You can start when you like, but (in keeping with the other 2 challenges) a bronze star can be awarded for those who do a half century every month from January to December. (The imperial century riders get a gold star, and the metric century riders get a silver star. These are small graphics which can be displayed in the signature line under your posts.)

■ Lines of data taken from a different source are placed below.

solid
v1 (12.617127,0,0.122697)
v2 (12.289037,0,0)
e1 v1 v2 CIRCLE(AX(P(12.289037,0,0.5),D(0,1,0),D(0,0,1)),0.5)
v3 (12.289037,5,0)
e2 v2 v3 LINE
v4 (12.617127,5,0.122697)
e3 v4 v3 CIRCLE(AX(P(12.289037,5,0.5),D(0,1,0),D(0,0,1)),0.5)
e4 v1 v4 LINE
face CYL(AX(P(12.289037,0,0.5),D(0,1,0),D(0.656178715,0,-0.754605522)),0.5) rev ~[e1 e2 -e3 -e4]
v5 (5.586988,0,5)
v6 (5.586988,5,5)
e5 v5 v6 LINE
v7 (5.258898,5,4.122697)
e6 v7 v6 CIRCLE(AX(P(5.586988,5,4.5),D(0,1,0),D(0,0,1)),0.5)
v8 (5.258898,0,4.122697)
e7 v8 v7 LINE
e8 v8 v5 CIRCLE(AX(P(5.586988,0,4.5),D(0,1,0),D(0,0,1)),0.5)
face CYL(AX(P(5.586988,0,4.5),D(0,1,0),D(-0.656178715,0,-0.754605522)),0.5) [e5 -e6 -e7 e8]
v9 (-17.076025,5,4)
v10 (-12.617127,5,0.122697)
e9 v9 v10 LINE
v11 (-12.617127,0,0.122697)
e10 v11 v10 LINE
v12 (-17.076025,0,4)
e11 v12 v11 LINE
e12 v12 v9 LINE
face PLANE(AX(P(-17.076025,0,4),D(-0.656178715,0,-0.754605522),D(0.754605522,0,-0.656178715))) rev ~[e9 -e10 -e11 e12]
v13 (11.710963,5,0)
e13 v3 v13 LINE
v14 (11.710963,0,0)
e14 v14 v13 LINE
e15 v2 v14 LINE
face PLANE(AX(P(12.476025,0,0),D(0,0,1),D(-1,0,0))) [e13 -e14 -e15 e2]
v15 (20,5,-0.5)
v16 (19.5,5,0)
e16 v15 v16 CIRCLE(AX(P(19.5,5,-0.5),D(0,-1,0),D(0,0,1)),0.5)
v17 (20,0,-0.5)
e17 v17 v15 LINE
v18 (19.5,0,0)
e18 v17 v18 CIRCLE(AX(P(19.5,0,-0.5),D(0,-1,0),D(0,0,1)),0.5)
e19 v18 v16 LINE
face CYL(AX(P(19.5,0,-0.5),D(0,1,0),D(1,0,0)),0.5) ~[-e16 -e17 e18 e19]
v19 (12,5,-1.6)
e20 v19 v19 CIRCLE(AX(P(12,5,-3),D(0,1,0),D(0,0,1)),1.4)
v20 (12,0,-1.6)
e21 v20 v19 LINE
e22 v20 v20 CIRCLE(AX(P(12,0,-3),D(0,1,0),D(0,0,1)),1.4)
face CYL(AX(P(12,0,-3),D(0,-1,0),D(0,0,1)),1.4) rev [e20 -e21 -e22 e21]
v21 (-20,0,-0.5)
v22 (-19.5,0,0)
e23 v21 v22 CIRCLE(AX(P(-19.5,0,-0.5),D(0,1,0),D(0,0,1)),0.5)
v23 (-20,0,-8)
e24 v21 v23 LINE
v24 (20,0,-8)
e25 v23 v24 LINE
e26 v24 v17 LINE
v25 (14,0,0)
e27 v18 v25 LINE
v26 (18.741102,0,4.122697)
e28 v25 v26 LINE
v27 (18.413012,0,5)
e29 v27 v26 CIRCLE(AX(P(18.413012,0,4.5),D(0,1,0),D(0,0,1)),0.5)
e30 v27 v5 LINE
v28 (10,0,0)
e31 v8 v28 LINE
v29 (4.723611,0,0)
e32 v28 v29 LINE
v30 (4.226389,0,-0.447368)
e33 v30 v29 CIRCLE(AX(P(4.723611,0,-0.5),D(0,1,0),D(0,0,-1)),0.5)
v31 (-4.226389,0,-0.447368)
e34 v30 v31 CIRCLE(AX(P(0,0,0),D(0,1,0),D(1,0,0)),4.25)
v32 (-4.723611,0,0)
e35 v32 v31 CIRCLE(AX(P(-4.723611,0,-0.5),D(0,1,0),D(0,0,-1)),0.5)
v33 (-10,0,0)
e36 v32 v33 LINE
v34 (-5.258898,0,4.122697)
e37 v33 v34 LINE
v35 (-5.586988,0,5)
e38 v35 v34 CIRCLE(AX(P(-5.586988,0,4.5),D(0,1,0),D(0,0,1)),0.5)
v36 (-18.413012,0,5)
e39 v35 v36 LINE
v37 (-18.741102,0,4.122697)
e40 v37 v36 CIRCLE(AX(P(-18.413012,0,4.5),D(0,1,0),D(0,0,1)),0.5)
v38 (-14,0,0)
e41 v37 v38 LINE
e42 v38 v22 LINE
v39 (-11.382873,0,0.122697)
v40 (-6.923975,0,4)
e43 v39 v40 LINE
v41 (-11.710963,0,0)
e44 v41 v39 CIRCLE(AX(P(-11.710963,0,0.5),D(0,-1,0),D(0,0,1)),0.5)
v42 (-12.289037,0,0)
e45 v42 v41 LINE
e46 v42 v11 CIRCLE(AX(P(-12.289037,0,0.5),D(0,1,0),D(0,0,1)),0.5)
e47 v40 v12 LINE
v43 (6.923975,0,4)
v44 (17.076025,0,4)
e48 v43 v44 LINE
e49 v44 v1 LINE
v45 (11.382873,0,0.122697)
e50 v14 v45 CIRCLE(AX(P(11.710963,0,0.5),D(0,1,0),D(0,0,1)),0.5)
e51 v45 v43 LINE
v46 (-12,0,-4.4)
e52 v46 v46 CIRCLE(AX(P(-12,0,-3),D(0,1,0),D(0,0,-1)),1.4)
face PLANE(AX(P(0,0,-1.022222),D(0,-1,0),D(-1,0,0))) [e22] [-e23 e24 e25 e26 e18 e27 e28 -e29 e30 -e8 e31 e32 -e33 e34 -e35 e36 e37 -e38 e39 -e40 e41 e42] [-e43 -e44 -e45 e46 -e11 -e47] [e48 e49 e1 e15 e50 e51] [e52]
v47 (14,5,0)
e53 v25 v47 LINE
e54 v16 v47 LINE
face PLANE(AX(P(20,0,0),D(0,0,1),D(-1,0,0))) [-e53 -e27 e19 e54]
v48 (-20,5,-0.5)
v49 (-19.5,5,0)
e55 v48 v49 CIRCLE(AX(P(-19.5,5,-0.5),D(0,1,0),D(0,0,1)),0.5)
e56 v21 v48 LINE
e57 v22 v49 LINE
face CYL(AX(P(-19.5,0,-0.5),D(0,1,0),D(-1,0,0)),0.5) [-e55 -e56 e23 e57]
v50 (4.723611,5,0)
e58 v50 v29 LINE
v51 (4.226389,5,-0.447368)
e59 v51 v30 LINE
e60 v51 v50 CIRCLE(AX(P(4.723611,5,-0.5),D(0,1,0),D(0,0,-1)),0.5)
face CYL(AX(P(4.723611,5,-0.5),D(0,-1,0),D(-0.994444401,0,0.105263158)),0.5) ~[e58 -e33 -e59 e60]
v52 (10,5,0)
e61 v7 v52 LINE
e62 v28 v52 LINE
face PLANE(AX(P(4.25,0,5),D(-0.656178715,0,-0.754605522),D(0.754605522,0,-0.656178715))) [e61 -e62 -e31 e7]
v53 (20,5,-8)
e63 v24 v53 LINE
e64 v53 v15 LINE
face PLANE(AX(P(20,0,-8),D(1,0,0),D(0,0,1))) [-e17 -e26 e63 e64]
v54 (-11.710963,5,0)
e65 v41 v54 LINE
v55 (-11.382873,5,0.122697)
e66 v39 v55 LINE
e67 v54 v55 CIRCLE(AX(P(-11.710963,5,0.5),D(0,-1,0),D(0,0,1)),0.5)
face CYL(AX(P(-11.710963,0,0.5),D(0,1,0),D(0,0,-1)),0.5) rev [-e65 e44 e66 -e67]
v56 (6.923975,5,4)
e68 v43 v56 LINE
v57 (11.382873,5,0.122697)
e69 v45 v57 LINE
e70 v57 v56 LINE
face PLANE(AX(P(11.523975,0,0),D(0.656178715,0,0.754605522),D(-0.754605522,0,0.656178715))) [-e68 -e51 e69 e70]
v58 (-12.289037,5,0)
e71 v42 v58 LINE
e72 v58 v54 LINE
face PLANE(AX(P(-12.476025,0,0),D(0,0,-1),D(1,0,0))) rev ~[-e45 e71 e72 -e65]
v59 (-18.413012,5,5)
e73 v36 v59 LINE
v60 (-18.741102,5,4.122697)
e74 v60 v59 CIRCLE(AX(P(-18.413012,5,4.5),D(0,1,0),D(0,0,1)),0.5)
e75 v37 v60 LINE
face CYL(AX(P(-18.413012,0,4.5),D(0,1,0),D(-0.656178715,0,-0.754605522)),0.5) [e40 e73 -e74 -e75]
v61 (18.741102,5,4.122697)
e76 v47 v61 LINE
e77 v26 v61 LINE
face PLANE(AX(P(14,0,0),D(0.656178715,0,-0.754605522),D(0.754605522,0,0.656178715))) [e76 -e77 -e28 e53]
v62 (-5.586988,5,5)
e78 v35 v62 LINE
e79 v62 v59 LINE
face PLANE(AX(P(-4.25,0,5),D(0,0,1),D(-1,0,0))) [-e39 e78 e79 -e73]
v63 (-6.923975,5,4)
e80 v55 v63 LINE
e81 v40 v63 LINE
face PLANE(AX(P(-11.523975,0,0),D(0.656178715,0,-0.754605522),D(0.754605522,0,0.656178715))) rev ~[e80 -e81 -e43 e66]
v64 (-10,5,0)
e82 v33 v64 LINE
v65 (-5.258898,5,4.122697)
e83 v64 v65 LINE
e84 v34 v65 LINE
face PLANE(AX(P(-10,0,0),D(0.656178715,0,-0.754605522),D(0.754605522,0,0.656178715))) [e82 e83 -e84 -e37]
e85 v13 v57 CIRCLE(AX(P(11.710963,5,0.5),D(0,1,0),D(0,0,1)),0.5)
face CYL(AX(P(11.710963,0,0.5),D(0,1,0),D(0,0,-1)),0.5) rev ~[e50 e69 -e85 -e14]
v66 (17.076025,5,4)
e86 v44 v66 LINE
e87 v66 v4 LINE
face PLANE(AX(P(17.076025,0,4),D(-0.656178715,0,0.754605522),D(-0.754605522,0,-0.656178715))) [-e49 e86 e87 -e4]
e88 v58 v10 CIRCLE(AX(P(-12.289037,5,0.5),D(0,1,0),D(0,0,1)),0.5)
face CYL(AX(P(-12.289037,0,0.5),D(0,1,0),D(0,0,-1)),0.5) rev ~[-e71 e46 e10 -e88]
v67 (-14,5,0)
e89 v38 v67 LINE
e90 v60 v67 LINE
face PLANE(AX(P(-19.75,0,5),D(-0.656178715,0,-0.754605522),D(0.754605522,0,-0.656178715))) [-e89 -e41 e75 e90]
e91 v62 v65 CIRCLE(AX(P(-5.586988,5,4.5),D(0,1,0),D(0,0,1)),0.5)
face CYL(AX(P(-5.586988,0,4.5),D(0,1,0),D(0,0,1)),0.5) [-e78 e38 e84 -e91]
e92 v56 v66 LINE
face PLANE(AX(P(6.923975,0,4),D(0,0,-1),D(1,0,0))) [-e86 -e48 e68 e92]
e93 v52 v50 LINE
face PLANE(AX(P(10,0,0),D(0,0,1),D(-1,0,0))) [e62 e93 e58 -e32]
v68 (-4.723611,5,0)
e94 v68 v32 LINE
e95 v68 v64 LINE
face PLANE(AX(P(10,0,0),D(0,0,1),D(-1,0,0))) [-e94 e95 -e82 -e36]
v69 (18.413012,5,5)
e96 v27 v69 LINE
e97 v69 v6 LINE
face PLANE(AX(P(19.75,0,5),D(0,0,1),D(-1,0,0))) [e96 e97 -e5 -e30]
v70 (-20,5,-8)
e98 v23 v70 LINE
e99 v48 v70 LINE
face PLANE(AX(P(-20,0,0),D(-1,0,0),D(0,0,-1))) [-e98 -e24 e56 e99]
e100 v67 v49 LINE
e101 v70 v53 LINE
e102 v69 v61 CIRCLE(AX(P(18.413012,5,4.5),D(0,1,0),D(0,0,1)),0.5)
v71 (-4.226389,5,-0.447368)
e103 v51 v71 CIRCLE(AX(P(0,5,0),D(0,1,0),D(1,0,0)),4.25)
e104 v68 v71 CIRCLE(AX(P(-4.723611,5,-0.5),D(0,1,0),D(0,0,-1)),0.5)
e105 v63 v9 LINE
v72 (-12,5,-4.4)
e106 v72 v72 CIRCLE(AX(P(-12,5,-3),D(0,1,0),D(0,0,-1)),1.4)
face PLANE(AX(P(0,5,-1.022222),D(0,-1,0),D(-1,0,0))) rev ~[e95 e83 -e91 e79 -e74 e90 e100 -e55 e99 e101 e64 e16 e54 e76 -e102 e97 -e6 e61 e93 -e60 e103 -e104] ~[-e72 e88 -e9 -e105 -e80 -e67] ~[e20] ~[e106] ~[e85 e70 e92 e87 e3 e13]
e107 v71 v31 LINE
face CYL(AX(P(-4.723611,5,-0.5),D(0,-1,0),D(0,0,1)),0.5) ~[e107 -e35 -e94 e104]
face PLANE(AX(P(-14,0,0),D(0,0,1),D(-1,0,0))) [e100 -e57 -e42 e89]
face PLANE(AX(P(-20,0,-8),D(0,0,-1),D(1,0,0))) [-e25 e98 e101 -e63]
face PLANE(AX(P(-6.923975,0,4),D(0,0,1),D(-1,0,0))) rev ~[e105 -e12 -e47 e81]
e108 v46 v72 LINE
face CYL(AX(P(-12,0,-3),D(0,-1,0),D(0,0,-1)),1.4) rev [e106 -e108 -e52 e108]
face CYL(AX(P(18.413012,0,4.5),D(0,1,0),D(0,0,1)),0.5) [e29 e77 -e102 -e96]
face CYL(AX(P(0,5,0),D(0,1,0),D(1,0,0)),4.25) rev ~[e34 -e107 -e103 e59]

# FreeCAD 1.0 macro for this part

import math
import FreeCAD as App
import Part
import Sketcher
from FreeCAD import Vector
Q = App.Units.Quantity


def edges_at(feature, points):
    """Names of the edges that pass closest to the given points."""
    edges = feature.Shape.Edges
    near = lambda p: min(range(len(edges)), key=lambda i: edges[i].distToShape(Part.Vertex(*p))[0])
    return sorted({f"Edge{near(p) + 1}" for p in points})


def add_polygon(sketch, points):
    """Adds a closed chain of lines whose ends are joined by coincident constraints."""
    first, n = sketch.GeometryCount, len(points)
    for a, b in zip(points, points[1:] + points[:1]):
        sketch.addGeometry(Part.LineSegment(App.Vector(*a, 0), App.Vector(*b, 0)), False)
    for i in range(n):
        sketch.addConstraint(Sketcher.Constraint("Coincident", first + i, 2, first + (i + 1) % n, 1))

doc = App.newDocument("Part")
body = doc.addObject("PartDesign::Body", "Body")

# Sketch on XZ plane
sketch1 = body.newObject("Sketcher::SketchObject", "Sketch")
sketch1.AttachmentSupport = (doc.getObject("XZ_Plane"), [""])
sketch1.MapMode = "FlatFace"
add_polygon(sketch1, [(20, -8), (-20, -8), (-20, 0), (-14, 0), (-19.75, 5), (-4.25, 5), (-10, 0), (10, 0), (4.25, 5), (19.75, 5), (14, 0), (20, 0)])  # lines 0-11
add_polygon(sketch1, [(12.476025, 0), (17.076025, 4), (6.923975, 4), (11.523975, 0)])  # lines 12-15
add_polygon(sketch1, [(-12.476025, 0), (-11.523975, 0), (-6.923975, 4), (-17.076025, 4)])  # lines 16-19
sketch1.addGeometry(Part.Circle(Vector(12, -3, 0), Vector(0, 0, 1), 1.4), False)  # 20
sketch1.addGeometry(Part.Circle(Vector(-12, -3, 0), Vector(0, 0, 1), 1.4), False)  # 21
sketch1.addConstraint([
    Sketcher.Constraint("Horizontal", 0),
    Sketcher.Constraint("Vertical", 1),
    Sketcher.Constraint("Horizontal", 2),
    Sketcher.Constraint("Horizontal", 4),
    Sketcher.Constraint("Horizontal", 6),
    Sketcher.Constraint("Horizontal", 8),
    Sketcher.Constraint("Horizontal", 10),
    Sketcher.Constraint("Vertical", 11),
    Sketcher.Constraint("Horizontal", 13),
    Sketcher.Constraint("Horizontal", 15),
    Sketcher.Constraint("Horizontal", 16),
    Sketcher.Constraint("Horizontal", 18),
    Sketcher.Constraint("Equal", 20, 21),
    Sketcher.Constraint("Symmetric", 5, 2, 6, 2, -1, 1),
    Sketcher.Constraint("Symmetric", 2, 2, 9, 2, -1, 1),
    Sketcher.Constraint("Symmetric", 14, 2, 16, 2, -1, 1),
    Sketcher.Constraint("Symmetric", 20, 3, 21, 3, -2),
    Sketcher.Constraint("Symmetric", 4, 2, 7, 2, -2),
    Sketcher.Constraint("Symmetric", 1, 2, 10, 2, -2),
    Sketcher.Constraint("Symmetric", 13, 2, 17, 2, -2),
    Sketcher.Constraint("Symmetric", 15, 2, 19, 2, -2),
    Sketcher.Constraint("Parallel", 3, 7),
    Sketcher.Constraint("Parallel", 5, 9),
    Sketcher.Constraint("Parallel", 9, 12),
    Sketcher.Constraint("Parallel", 7, 14),
    Sketcher.Constraint("Parallel", 14, 19),
    Sketcher.Constraint("Diameter", 20, Q("2.8 mm")),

If you would like to keep a points tally, award yourself 1 point for a 50 km ride, 2 points for 50 miles, 3 points for 100 km or 4 points for 100 miles, 5 points for 200km, 6 points for 150 miles. Maximum points for any ride is 6 points distances beyond 150 miles still score 6 points .Obviously one ride can only score one lot of points

I suggest an extra challenge for those of us who want to keep track of points - try and beat your previous best points tally. If this is your first go at the half century challenge, look at how the points are calculated and set yourself a realistic challenge (12 points would be the minimum that you could score if you completed one half century ride per month.)

I hope that this challenge is feasible for most of you. I know that 100+ km can seem an awfully long way for many cyclists, so perhaps 50+ km would be a more approachable challenge.

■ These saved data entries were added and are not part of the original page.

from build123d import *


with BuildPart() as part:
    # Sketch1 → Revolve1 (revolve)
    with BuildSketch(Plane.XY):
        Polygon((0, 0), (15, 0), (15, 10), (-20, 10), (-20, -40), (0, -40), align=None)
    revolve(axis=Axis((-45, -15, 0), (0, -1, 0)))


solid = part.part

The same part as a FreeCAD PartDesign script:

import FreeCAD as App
import Part
import Sketcher

V = App.Vector

doc = App.newDocument("Part")
body = doc.addObject("PartDesign::Body", "Body")

# Sketch on XY plane
sketch1 = body.newObject("Sketcher::SketchObject", "Sketch")
sketch1.AttachmentSupport = (doc.getObject("XY_Plane"), [""])
sketch1.MapMode = "FlatFace"
sketch1.addGeometry(Part.LineSegment(V(0, 0, 0), V(15, 0, 0)), False)
sketch1.addGeometry(Part.LineSegment(V(15, 0, 0), V(15, 10, 0)), False)
sketch1.addGeometry(Part.LineSegment(V(15, 10, 0), V(-20, 10, 0)), False)
sketch1.addGeometry(Part.LineSegment(V(-20, 10, 0), V(-20, -40, 0)), False)
sketch1.addGeometry(Part.LineSegment(V(-20, -40, 0), V(0, -40, 0)), False)
sketch1.addGeometry(Part.LineSegment(V(0, -40, 0), V(0, 0, 0)), False)
sketch1.addGeometry(Part.LineSegment(V(-45, 10, 0), V(-45, -40, 0)), True)  # axis
sketch1.addConstraint(Sketcher.Constraint("Coincident", 0, 2, 1, 1))
sketch1.addConstraint(Sketcher.Constraint("Coincident", 1, 2, 2, 1))
sketch1.addConstraint(Sketcher.Constraint("Coincident", 2, 2, 3, 1))
sketch1.addConstraint(Sketcher.Constraint("Coincident", 3, 2, 4, 1))
sketch1.addConstraint(Sketcher.Constraint("Coincident", 4, 2, 5, 1))
sketch1.addConstraint(Sketcher.Constraint("Coincident", 5, 2, 0, 1))
sketch1.addConstraint(Sketcher.Constraint("Horizontal", 0))
sketch1.addConstraint(Sketcher.Constraint("Vertical", 1))
sketch1.addConstraint(Sketcher.Constraint("Horizontal", 2))
sketch1.addConstraint(Sketcher.Constraint("Vertical", 3))
sketch1.addConstraint(Sketcher.Constraint("Horizontal", 4))
sketch1.addConstraint(Sketcher.Constraint("Vertical", 5))
sketch1.addConstraint(Sketcher.Constraint("Vertical", 6))
sketch1.addConstraint(Sketcher.Constraint("Coincident", 5, 2, -1, 1))
sketch1.addConstraint(Sketcher.Constraint("Horizontal", 2, 2, 6, 1))
sketch1.addConstraint(Sketcher.Constraint("Horizontal", 4, 2, 6, 2))
sketch1.addConstraint(Sketcher.Constraint("DistanceX", 0, 1, 0, 2, 15.0))
sketch1.addConstraint(Sketcher.Constraint("DistanceX", 2, 2, 2, 1, 35.0))
sketch1.addConstraint(Sketcher.Constraint("DistanceY", 1, 1, 1, 2, 10.0))
sketch1.addConstraint(Sketcher.Constraint("DistanceY", 3, 2, 3, 1, 50.0))
sketch1.addConstraint(Sketcher.Constraint("DistanceX", 6, 1, -1, 1, 45.0))
revolution = body.newObject("PartDesign::Revolution", "Revolution")
revolution.Profile = sketch1
revolution.ReferenceAxis = (sketch1, ["Axis0"])
revolution.Angle = 360

doc.recompute()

The imperial century riders use one system for reporting their rides but we have adopted a different one. Each ride merits a brief report in this thread including: Date of ride, distance ridden, route taken, number of points earned (if you are bothering to keep track of them), elevation gain on ride (if you want to track that).

For ride reports after the first one, take a copy of your previous ride report post and put that in a new post with details of your latest ride added after that. [For riders who do a lot of long rides, that could mean reposting a lot of long posts. You might like to just update your ride reports at the end of each month instead?]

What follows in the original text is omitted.